►

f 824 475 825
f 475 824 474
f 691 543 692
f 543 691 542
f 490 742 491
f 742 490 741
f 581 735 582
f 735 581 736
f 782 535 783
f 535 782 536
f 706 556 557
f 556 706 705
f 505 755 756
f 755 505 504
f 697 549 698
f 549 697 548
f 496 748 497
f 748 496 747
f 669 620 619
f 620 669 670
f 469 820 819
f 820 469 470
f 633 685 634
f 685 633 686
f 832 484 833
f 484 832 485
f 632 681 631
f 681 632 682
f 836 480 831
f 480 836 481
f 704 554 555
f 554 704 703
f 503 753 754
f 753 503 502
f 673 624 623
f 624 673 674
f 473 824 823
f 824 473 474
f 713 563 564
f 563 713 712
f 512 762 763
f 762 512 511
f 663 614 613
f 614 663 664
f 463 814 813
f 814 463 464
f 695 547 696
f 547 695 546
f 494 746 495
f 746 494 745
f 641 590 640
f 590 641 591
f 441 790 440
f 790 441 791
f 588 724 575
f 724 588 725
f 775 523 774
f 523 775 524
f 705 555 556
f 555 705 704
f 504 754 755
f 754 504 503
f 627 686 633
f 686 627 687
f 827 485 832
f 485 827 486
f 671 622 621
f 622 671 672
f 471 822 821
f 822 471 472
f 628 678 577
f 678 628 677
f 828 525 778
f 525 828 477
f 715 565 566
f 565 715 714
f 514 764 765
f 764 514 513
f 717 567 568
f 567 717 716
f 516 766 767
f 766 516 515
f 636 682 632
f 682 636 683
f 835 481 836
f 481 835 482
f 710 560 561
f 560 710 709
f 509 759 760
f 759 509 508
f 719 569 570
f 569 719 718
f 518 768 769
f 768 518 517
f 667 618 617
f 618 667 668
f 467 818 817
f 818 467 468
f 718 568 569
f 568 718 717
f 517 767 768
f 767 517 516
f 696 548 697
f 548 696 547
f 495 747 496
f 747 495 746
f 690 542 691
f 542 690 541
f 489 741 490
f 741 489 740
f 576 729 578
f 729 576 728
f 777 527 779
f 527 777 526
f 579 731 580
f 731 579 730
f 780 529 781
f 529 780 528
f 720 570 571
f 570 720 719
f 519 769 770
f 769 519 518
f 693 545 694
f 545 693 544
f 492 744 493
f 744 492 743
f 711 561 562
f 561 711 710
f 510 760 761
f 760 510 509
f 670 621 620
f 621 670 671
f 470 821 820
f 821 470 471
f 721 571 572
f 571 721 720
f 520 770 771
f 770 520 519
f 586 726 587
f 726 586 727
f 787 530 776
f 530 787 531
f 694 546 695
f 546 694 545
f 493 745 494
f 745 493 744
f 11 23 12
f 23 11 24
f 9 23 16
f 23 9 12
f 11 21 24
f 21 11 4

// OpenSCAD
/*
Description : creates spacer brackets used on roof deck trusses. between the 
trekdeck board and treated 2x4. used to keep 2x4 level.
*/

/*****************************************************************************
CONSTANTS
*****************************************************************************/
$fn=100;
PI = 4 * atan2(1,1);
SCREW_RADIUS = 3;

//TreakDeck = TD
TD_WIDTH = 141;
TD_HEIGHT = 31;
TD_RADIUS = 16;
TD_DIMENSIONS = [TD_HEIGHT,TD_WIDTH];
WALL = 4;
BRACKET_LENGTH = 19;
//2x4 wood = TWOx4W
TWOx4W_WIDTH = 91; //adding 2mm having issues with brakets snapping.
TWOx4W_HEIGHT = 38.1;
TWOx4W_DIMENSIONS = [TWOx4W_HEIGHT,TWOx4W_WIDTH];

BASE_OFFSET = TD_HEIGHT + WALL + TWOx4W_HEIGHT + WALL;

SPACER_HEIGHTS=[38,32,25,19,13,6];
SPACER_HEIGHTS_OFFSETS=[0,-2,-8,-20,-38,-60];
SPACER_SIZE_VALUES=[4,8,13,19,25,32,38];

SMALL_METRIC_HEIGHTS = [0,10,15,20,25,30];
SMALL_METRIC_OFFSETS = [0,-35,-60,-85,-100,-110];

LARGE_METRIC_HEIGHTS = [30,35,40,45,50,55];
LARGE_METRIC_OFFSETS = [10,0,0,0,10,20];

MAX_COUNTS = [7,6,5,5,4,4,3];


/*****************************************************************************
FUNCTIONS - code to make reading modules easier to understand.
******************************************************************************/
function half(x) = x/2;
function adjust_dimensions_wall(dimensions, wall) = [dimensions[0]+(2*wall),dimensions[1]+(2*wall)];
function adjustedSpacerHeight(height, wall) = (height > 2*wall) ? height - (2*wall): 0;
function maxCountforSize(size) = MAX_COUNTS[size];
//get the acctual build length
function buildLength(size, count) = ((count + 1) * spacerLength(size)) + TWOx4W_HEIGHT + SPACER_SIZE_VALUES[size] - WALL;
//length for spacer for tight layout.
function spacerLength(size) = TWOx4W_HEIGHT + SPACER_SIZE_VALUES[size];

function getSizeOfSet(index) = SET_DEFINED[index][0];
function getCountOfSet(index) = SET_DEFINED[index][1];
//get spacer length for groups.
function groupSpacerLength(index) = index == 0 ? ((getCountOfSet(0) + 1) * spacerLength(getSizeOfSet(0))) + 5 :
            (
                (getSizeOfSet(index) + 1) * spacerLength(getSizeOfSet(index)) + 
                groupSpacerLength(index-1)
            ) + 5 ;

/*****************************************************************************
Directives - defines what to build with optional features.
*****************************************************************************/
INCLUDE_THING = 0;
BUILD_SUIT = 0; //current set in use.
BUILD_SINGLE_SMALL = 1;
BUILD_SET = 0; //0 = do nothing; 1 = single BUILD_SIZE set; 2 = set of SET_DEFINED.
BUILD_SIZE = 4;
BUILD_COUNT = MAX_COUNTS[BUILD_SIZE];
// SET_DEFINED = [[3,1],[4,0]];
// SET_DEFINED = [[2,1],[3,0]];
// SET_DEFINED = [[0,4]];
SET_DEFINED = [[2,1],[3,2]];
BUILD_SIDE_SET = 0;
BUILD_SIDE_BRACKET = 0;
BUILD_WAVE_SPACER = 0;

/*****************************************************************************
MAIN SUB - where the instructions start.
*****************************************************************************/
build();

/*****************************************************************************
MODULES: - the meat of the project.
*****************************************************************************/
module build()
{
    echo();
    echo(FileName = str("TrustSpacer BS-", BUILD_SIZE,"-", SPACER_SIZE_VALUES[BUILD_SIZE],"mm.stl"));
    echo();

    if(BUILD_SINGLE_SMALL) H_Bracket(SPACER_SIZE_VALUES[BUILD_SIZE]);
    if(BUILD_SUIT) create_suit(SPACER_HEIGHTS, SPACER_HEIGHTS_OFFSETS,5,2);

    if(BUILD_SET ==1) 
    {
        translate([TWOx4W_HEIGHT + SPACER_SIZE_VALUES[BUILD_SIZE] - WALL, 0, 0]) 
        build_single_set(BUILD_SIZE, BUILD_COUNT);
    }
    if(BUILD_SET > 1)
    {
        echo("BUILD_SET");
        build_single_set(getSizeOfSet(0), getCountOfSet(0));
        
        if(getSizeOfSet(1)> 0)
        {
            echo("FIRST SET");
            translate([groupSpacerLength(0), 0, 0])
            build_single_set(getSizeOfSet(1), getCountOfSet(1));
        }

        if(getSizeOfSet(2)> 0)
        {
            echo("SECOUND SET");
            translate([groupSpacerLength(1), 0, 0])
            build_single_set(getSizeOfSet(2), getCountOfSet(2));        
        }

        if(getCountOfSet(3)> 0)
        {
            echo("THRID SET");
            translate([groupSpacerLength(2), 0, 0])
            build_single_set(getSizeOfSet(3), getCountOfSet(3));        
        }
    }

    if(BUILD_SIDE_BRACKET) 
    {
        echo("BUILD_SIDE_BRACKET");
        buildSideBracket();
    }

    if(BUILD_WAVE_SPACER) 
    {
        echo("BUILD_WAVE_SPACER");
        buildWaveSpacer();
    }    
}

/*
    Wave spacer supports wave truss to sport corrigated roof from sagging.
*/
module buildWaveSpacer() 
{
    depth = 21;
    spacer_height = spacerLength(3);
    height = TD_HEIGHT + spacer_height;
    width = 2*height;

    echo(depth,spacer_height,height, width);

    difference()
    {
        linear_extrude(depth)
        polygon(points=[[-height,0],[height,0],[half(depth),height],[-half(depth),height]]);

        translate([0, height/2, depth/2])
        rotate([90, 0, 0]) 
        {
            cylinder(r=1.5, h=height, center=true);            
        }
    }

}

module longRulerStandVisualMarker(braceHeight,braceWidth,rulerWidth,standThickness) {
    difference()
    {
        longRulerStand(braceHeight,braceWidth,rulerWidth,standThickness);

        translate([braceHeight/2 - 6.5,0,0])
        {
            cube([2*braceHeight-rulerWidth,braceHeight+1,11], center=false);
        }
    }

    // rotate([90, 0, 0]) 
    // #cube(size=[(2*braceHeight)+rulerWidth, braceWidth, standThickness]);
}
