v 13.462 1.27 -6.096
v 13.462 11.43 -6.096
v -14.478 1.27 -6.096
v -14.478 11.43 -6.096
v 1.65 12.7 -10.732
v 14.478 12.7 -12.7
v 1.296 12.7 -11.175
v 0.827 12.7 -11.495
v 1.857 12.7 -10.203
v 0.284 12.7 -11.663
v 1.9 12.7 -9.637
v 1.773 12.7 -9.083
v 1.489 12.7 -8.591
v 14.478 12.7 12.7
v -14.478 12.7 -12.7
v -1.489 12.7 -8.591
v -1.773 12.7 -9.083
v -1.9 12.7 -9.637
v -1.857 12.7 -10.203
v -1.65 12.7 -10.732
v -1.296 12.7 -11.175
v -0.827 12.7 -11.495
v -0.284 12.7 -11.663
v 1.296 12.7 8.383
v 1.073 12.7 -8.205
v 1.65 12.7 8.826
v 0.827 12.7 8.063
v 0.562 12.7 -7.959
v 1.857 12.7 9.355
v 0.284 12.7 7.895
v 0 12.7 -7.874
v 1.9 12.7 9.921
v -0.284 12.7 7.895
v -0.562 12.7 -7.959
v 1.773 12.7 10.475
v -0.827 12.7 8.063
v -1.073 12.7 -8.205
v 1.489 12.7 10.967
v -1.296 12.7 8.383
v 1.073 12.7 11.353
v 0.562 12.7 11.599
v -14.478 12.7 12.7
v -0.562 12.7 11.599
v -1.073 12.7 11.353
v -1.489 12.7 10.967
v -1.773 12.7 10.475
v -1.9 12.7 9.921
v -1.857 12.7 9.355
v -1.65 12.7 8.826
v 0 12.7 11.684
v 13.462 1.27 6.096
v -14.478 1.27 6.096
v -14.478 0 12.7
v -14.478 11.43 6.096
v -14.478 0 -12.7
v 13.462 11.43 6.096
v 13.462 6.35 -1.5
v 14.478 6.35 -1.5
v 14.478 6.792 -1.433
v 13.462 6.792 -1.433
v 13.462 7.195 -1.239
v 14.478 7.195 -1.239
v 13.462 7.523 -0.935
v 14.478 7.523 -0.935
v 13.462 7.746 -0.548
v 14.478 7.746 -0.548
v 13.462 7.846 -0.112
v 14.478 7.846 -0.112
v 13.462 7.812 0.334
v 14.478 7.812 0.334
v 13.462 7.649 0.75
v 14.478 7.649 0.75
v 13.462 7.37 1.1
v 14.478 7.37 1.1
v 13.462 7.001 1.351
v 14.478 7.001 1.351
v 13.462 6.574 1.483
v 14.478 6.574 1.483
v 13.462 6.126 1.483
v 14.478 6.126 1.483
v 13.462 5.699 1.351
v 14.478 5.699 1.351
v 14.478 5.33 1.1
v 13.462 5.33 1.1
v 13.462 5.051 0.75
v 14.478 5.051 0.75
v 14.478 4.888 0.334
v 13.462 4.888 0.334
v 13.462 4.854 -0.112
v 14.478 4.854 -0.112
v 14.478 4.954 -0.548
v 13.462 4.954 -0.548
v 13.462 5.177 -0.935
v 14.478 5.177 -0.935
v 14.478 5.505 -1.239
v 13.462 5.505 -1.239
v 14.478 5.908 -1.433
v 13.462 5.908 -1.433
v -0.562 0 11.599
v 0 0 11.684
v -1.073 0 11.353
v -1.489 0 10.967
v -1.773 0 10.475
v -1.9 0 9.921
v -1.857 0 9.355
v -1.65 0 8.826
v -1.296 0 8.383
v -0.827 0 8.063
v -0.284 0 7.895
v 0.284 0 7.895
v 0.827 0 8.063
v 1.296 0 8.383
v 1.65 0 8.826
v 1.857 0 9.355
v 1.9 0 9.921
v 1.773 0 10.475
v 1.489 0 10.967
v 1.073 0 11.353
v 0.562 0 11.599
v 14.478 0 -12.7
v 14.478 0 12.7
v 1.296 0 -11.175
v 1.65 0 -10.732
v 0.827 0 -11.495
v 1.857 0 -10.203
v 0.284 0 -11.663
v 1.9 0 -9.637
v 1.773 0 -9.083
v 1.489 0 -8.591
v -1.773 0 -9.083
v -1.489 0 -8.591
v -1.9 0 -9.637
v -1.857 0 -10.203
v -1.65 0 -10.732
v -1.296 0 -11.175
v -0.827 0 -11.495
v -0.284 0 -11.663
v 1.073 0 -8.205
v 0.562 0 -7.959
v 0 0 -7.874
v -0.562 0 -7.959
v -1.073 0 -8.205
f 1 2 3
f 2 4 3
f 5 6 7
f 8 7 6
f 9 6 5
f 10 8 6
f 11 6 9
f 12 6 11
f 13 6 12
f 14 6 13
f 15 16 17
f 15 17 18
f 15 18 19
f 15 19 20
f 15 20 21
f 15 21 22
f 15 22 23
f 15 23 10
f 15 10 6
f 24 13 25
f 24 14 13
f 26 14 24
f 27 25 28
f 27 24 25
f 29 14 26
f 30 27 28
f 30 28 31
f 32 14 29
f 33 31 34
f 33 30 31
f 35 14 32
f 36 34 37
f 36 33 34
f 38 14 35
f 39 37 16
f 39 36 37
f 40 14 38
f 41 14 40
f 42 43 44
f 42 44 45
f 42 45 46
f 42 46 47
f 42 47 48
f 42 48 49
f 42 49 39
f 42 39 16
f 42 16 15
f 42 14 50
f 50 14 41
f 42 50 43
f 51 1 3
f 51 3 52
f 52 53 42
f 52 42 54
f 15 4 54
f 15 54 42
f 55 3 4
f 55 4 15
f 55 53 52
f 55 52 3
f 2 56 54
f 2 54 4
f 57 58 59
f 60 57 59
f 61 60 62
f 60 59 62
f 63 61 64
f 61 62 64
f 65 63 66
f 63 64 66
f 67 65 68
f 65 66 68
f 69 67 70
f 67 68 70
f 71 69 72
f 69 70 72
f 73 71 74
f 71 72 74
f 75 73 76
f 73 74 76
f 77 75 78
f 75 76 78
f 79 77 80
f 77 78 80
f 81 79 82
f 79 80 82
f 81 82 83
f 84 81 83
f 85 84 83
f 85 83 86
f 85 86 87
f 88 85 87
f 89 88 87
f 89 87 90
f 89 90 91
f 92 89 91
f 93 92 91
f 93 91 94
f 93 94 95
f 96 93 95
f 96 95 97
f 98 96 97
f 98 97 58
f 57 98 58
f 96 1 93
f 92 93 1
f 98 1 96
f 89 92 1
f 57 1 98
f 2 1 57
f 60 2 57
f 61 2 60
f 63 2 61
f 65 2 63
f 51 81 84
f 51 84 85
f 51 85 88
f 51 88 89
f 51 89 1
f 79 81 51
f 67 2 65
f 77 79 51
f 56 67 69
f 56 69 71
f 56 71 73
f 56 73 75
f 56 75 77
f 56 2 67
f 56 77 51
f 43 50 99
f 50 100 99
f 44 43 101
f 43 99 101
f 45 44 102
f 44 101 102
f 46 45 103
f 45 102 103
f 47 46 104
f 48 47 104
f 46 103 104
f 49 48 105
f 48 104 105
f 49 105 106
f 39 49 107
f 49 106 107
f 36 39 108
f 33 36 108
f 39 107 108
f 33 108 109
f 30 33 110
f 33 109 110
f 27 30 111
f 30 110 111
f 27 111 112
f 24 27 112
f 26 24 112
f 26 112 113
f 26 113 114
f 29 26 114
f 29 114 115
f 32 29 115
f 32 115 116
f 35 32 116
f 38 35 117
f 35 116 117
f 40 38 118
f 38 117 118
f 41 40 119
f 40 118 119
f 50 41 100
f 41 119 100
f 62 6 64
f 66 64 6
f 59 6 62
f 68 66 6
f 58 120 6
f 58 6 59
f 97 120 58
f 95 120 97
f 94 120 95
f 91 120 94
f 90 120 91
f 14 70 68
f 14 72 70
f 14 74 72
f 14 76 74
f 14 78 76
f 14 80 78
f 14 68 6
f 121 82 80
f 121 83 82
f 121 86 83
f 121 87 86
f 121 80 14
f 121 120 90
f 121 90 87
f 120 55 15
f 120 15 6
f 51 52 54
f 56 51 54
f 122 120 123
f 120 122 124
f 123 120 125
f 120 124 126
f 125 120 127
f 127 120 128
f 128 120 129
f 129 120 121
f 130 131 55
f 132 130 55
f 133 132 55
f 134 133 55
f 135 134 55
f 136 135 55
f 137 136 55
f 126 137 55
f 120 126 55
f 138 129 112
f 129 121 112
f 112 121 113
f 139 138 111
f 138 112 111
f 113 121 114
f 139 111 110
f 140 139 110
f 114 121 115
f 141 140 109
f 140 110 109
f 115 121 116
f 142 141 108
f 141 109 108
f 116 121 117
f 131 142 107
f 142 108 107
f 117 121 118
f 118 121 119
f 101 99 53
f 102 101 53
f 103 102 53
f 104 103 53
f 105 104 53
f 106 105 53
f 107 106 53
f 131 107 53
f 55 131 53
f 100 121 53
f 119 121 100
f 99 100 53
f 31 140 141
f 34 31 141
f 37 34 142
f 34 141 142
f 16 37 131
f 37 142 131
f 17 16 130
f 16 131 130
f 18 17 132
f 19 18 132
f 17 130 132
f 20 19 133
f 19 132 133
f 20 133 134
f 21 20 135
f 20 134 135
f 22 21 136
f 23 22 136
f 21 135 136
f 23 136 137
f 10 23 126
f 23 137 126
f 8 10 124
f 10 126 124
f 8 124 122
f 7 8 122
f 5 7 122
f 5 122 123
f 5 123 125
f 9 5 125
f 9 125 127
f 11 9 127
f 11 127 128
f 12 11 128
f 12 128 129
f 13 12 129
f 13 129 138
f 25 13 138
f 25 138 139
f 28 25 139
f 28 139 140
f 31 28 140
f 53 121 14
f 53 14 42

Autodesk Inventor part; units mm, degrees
ref_plane "YZ Plane" through (0, 0, 0) normal (1, 0, 0) x (0, 1, 0)
ref_plane "XZ Plane" through (0, 0, 0) normal (0, 1, 0) x (-1, 0, 0)
ref_plane "XY Plane" through (0, 0, 0) normal (0, 0, 1) x (1, 0, 0)
sketch "Sketch1" plane through (0, 0, 0) normal (0, 1, 0) x (-1, 0, 0)
  line L0 (-14.478, 12.7) -> (14.478, 12.7)
  line L1 (14.478, 12.7) -> (14.478, -12.7)
  line L2 (14.478, -12.7) -> (-14.478, -12.7)
  line L3 (-14.478, -12.7) -> (-14.478, 12.7)
  line L4 (-14.478, 12.7) -> (14.478, -12.7) construction
  line L5 (14.478, 12.7) -> (-14.478, -12.7) construction
  point P0 (0, 0)
  dimension "d0" = 28.956
  dimension "d1" = 25.4
extrude "Extrusion1" add sketch "Sketch1" along normal blind 12.7
sketch "Sketch2" plane through (0, 12.7, 0) normal (0, 1, 0) x (1, 0, 0)
  point P0 (0, 0)
  point P1 (0, -9.779)
  point P2 (0, 9.779)
  dimension "d4" = 9.779
  dimension "d5" = 19.558
hole "Hole1" at (0, 12.7, 9.779) at (0, 12.7, -9.779) direction (0, -1, 0) diameter 3.81 end through all clearance for "Flat Head Machine Screw (82)" size "#6" standard "Ansi Unified Screw Threads"
sketch "Sketch3" plane through (14.478, 0, 12.7) normal (1, 0, 0) x (0, 0, -1)
  circle A0 centre (12.7, 6.35) radius 1.5
  line L0 (25.4, 0) -> (0, 0) projected
  line L1 (0, 12.7) -> (25.4, 12.7) projected
  point P0 (12.7, 0)
  point P1 (12.7, 0)
  point P2 (11.582, 7.35)
  point P3 (13.818, 7.35)
  dimension "d13" = 3
  dimension "d14" = 6.35
  dimension "d15" = 12.7
extrude "Extrusion3" cut sketch "Sketch3" against normal through all
sketch "Sketch5" plane through (-14.478, 0, -12.7) normal (-1, 0, 0) x (0, 0, 1)
  line L0 (6.604, 1.27) -> (18.796, 1.27)
  line L1 (18.796, 1.27) -> (18.796, 11.43)
  line L2 (18.796, 11.43) -> (6.604, 11.43)
  line L3 (6.604, 11.43) -> (6.604, 1.27)
  line L4 (6.604, 1.27) -> (18.796, 11.43) construction
  line L5 (18.796, 1.27) -> (6.604, 11.43) construction
  line L6 (0, 12.7) -> (25.4, 12.7) projected
  line L7 (25.4, 0) -> (0, 0) projected
  point P0 (12.7, 0)
  point P1 (12.7, 6.35)
  dimension "d23" = 12.192
  dimension "d24" = 10.16
  dimension "d25" = 1.27
  dimension "d26" = 1.27
extrude "Extrusion5" cut sketch "Sketch5" against normal blind 27.94
equation "\"d14\" = 0.5 * d15"
equation "\"d26\" = d25"
properties part number "MotorEnclosure" material "ABS Plastic"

◄

EXERCISE DETAILS:
Print only the lines from the top of the data above down to the line holding "f 705 555 556", inclusive.

YOUR RESPONSE:
f 824 475 825
f 475 824 474
f 691 543 692
f 543 691 542
f 490 742 491
f 742 490 741
f 581 735 582
f 735 581 736
f 782 535 783
f 535 782 536
f 706 556 557
f 556 706 705
f 505 755 756
f 755 505 504
f 697 549 698
f 549 697 548
f 496 748 497
f 748 496 747
f 669 620 619
f 620 669 670
f 469 820 819
f 820 469 470
f 633 685 634
f 685 633 686
f 832 484 833
f 484 832 485
f 632 681 631
f 681 632 682
f 836 480 831
f 480 836 481
f 704 554 555
f 554 704 703
f 503 753 754
f 753 503 502
f 673 624 623
f 624 673 674
f 473 824 823
f 824 473 474
f 713 563 564
f 563 713 712
f 512 762 763
f 762 512 511
f 663 614 613
f 614 663 664
f 463 814 813
f 814 463 464
f 695 547 696
f 547 695 546
f 494 746 495
f 746 494 745
f 641 590 640
f 590 641 591
f 441 790 440
f 790 441 791
f 588 724 575
f 724 588 725
f 775 523 774
f 523 775 524
f 705 555 556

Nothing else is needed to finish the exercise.